YOUR OBJECTIVE
Retype, exactly as they appear below, the lines between the line holding "# Sketch7 → Cut-Extrude4 (cut)" and the line holding "A parametric FreeCAD", both ends included.

-------- EXCERPTED RECORDS

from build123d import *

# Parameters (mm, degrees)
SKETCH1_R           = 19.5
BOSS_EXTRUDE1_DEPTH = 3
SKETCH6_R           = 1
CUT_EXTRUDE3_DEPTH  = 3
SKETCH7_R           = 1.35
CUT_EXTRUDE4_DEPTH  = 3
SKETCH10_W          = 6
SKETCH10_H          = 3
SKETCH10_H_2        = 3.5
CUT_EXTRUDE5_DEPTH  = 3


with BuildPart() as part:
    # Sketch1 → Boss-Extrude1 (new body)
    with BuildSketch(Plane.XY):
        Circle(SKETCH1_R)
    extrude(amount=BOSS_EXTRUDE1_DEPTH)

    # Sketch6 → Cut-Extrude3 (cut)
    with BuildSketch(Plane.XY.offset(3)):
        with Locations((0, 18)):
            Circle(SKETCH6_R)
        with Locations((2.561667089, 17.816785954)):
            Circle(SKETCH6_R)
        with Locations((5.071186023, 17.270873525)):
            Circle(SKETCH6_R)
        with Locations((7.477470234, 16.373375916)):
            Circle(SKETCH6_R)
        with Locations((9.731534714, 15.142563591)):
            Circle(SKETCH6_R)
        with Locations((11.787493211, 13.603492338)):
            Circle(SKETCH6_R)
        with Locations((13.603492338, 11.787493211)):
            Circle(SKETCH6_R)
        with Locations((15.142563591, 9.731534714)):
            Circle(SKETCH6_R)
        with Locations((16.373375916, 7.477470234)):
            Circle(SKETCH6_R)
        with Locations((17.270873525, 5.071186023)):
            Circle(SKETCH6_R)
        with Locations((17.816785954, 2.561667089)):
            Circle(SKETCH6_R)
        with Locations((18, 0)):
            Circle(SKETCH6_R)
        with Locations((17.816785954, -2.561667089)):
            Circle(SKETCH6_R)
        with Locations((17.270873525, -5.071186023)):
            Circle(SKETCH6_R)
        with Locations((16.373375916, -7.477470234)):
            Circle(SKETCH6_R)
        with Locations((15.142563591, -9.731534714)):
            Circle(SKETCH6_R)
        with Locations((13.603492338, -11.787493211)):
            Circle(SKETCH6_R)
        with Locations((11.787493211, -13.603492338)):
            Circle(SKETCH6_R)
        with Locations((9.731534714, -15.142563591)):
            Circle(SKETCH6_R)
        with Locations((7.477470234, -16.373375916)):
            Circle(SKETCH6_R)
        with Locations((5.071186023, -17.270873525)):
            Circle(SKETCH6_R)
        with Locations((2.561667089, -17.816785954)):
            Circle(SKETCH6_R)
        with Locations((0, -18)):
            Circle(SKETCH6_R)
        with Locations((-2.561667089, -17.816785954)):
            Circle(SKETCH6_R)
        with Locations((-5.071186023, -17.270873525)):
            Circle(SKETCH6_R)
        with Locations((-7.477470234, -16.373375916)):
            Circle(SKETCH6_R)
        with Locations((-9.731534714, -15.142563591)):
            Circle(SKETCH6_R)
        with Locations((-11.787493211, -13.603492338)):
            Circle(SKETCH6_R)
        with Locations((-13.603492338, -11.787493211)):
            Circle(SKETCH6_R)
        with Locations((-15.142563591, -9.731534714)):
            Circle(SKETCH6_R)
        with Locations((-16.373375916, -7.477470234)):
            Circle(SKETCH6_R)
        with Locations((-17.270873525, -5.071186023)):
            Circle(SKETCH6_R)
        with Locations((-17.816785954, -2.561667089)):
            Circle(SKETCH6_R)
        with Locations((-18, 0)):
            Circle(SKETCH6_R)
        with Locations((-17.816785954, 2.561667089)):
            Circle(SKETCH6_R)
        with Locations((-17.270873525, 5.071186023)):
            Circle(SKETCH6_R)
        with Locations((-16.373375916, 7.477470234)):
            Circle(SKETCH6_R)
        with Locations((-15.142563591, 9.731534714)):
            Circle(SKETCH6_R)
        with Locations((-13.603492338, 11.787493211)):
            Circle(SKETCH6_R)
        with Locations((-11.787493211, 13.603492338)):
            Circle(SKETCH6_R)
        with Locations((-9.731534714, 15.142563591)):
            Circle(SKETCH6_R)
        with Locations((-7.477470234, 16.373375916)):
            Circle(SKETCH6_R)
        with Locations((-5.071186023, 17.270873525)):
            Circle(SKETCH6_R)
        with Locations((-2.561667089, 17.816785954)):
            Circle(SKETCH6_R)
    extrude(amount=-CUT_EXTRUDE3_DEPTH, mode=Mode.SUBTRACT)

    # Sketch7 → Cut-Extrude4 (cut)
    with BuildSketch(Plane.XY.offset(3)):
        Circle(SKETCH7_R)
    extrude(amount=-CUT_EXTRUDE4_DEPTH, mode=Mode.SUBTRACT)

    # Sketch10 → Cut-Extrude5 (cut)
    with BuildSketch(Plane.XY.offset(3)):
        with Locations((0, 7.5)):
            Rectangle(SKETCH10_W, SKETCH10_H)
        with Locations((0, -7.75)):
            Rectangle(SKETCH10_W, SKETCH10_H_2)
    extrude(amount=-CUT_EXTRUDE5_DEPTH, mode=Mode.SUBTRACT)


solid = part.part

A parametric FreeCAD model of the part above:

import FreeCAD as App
import Part
import Sketcher

doc = App.newDocument("Part")
body = doc.addObject("PartDesign::Body", "Body")

sketch1 = body.newObject("Sketcher::SketchObject", "Sketch")
sketch1.AttachmentSupport = (doc.getObject("XY_Plane"), [""])
sketch1.MapMode = "FlatFace"
sketch1.addGeometry(Part.Circle(App.Vector(0, 0, 0), App.Vector(0, 0, 1), 20), False)
sketch1.addConstraint(Sketcher.Constraint("Coincident", 0, 3, -1, 1))
sketch1.addConstraint(Sketcher.Constraint("Diameter", 0, 39.0))
pad1 = body.newObject("PartDesign::Pad", "Pad")
pad1.Profile = sketch1
pad1.Length = 3

sketch2 = body.newObject("Sketcher::SketchObject", "Sketch001")
sketch2.AttachmentSupport = (doc.getObject("XY_Plane"), [""])
sketch2.MapMode = "FlatFace"
sketch2.AttachmentOffset = App.Placement(App.Vector(0, 0, 3), App.Rotation())
sketch2.addGeometry(Part.Circle(App.Vector(0, 18, 0), App.Vector(0, 0, 1), 1), False)
sketch2.addGeometry(Part.Circle(App.Vector(2.6, 17.8, 0), App.Vector(0, 0, 1), 1), False)
sketch2.addGeometry(Part.Circle(App.Vector(5.1, 17.3, 0), App.Vector(0, 0, 1), 1), False)
sketch2.addGeometry(Part.Circle(App.Vector(7.5, 16.4, 0), App.Vector(0, 0, 1), 1), False)
sketch2.addGeometry(Part.Circle(App.Vector(9.7, 15.1, 0), App.Vector(0, 0, 1), 1), False)
sketch2.addGeometry(Part.Circle(App.Vector(11.8, 13.6, 0), App.Vector(0, 0, 1), 1), False)
sketch2.addGeometry(Part.Circle(App.Vector(13.6, 11.8, 0), App.Vector(0, 0, 1), 1), False)
sketch2.addGeometry(Part.Circle(App.Vector(15.1, 9.7, 0), App.Vector(0, 0, 1), 1), False)
sketch2.addGeometry(Part.Circle(App.Vector(16.4, 7.5, 0), App.Vector(0, 0, 1), 1), False)
sketch2.addGeometry(Part.Circle(App.Vector(17.3, 5.1, 0), App.Vector(0, 0, 1), 1), False)
sketch2.addGeometry(Part.Circle(App.Vector(17.8, 2.6, 0), App.Vector(0, 0, 1), 1), False)
sketch2.addGeometry(Part.Circle(App.Vector(18, 0, 0), App.Vector(0, 0, 1), 1), False)
sketch2.addGeometry(Part.Circle(App.Vector(17.8, -2.6, 0), App.Vector(0, 0, 1), 1), False)
sketch2.addGeometry(Part.Circle(App.Vector(17.3, -5.1, 0), App.Vector(0, 0, 1), 1), False)
sketch2.addGeometry(Part.Circle(App.Vector(16.4, -7.5, 0), App.Vector(0, 0, 1), 1), False)
sketch2.addGeometry(Part.Circle(App.Vector(15.1, -9.7, 0), App.Vector(0, 0, 1), 1), False)
sketch2.addGeometry(Part.Circle(App.Vector(13.6, -11.8, 0), App.Vector(0, 0, 1), 1), False)
sketch2.addGeometry(Part.Circle(App.Vector(11.8, -13.6, 0), App.Vector(0, 0, 1), 1), False)
sketch2.addGeometry(Part.Circle(App.Vector(9.7, -15.1, 0), App.Vector(0, 0, 1), 1), False)
sketch2.addGeometry(Part.Circle(App.Vector(7.5, -16.4, 0), App.Vector(0, 0, 1), 1), False)
sketch2.addGeometry(Part.Circle(App.Vector(5.1, -17.3, 0), App.Vector(0, 0, 1), 1), False)
sketch2.addGeometry(Part.Circle(App.Vector(2.6, -17.8, 0), App.Vector(0, 0, 1), 1), False)
sketch2.addGeometry(Part.Circle(App.Vector(0, -18, 0), App.Vector(0, 0, 1), 1), False)
sketch2.addGeometry(Part.Circle(App.Vector(-2.6, -17.8, 0), App.Vector(0, 0, 1), 1), False)
sketch2.addGeometry(Part.Circle(App.Vector(-5.1, -17.3, 0), App.Vector(0, 0, 1), 1), False)
sketch2.addGeometry(Part.Circle(App.Vector(-7.5, -16.4, 0), App.Vector(0, 0, 1), 1), False)
sketch2.addGeometry(Part.Circle(App.Vector(-9.7, -15.1, 0), App.Vector(0, 0, 1), 1), False)
sketch2.addGeometry(Part.Circle(App.Vector(-11.8, -13.6, 0), App.Vector(0, 0, 1), 1), False)
sketch2.addGeometry(Part.Circle(App.Vector(-13.6, -11.8, 0), App.Vector(0, 0, 1), 1), False)
sketch2.addGeometry(Part.Circle(App.Vector(-15.1, -9.7, 0), App.Vector(0, 0, 1), 1), False)
sketch2.addGeometry(Part.Circle(App.Vector(-16.4, -7.5, 0), App.Vector(0, 0, 1), 1), False)
sketch2.addGeometry(Part.Circle(App.Vector(-17.3, -5.1, 0), App.Vector(0, 0, 1), 1), False)
sketch2.addGeometry(Part.Circle(App.Vector(-17.8, -2.6, 0), App.Vector(0, 0, 1), 1), False)
sketch2.addGeometry(Part.Circle(App.Vector(-18, 0, 0), App.Vector(0, 0, 1), 1), False)
sketch2.addGeometry(Part.Circle(App.Vector(-17.8, 2.6, 0), App.Vector(0, 0, 1), 1), False)
sketch2.addGeometry(Part.Circle(App.Vector(-17.3, 5.1, 0), App.Vector(0, 0, 1), 1), False)
sketch2.addGeometry(Part.Circle(App.Vector(-16.4, 7.5, 0), App.Vector(0, 0, 1), 1), False)
sketch2.addGeometry(Part.Circle(App.Vector(-15.1, 9.7, 0), App.Vector(0, 0, 1), 1), False)
sketch2.addGeometry(Part.Circle(App.Vector(-13.6, 11.8, 0), App.Vector(0, 0, 1), 1), False)
sketch2.addGeometry(Part.Circle(App.Vector(-11.8, 13.6, 0), App.Vector(0, 0, 1), 1), False)
sketch2.addGeometry(Part.Circle(App.Vector(-9.7, 15.1, 0), App.Vector(0, 0, 1), 1), False)
sketch2.addGeometry(Part.Circle(App.Vector(-7.5, 16.4, 0), App.Vector(0, 0, 1), 1), False)
sketch2.addGeometry(Part.Circle(App.Vector(-5.1, 17.3, 0), App.Vector(0, 0, 1), 1), False)
sketch2.addGeometry(Part.Circle(App.Vector(-2.6, 17.8, 0), App.Vector(0, 0, 1), 1), False)
sketch2.addConstraint(Sketcher.Constraint("Equal", 0, 1))
sketch2.addConstraint(Sketcher.Constraint("Equal", 1, 2))
sketch2.addConstraint(Sketcher.Constraint("Equal", 2, 3))
sketch2.addConstraint(Sketcher.Constraint("Equal", 3, 4))
sketch2.addConstraint(Sketcher.Constraint("Equal", 4, 5))
sketch2.addConstraint(Sketcher.Constraint("Equal", 5, 6))
sketch2.addConstraint(Sketcher.Constraint("Equal", 6, 7))
sketch2.addConstraint(Sketcher.Constraint("Equal", 7, 8))
sketch2.addConstraint(Sketcher.Constraint("Equal", 8, 9))
sketch2.addConstraint(Sketcher.Constraint("Equal", 9, 10))
sketch2.addConstraint(Sketcher.Constraint("Equal", 10, 11))
sketch2.addConstraint(Sketcher.Constraint("Equal", 11, 12))
sketch2.addConstraint(Sketcher.Constraint("Equal", 12, 13))
sketch2.addConstraint(Sketcher.Constraint("Equal", 13, 14))
sketch2.addConstraint(Sketcher.Constraint("Equal", 14, 15))
sketch2.addConstraint(Sketcher.Constraint("Equal", 15, 16))
sketch2.addConstraint(Sketcher.Constraint("Equal", 16, 17))
sketch2.addConstraint(Sketcher.Constraint("Equal", 17, 18))
sketch2.addConstraint(Sketcher.Constraint("Equal", 18, 19))
sketch2.addConstraint(Sketcher.Constraint("Equal", 19, 20))
sketch2.addConstraint(Sketcher.Constraint("Equal", 20, 21))
sketch2.addConstraint(Sketcher.Constraint("Equal", 21, 22))
sketch2.addConstraint(Sketcher.Constraint("Equal", 22, 23))
sketch2.addConstraint(Sketcher.Constraint("Equal", 23, 24))
sketch2.addConstraint(Sketcher.Constraint("Equal", 24, 25))
sketch2.addConstraint(Sketcher.Constraint("Equal", 25, 26))
sketch2.addConstraint(Sketcher.Constraint("Equal", 26, 27))
sketch2.addConstraint(Sketcher.Constraint("Equal", 27, 28))
sketch2.addConstraint(Sketcher.Constraint("Equal", 28, 29))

----------------

SOLVED PROBLEM
    # Sketch7 → Cut-Extrude4 (cut)
    with BuildSketch(Plane.XY.offset(3)):
        Circle(SKETCH7_R)
    extrude(amount=-CUT_EXTRUDE4_DEPTH, mode=Mode.SUBTRACT)

    # Sketch10 → Cut-Extrude5 (cut)
    with BuildSketch(Plane.XY.offset(3)):
        with Locations((0, 7.5)):
            Rectangle(SKETCH10_W, SKETCH10_H)
        with Locations((0, -7.75)):
            Rectangle(SKETCH10_W, SKETCH10_H_2)
    extrude(amount=-CUT_EXTRUDE5_DEPTH, mode=Mode.SUBTRACT)


solid = part.part

A parametric FreeCAD model of the part above:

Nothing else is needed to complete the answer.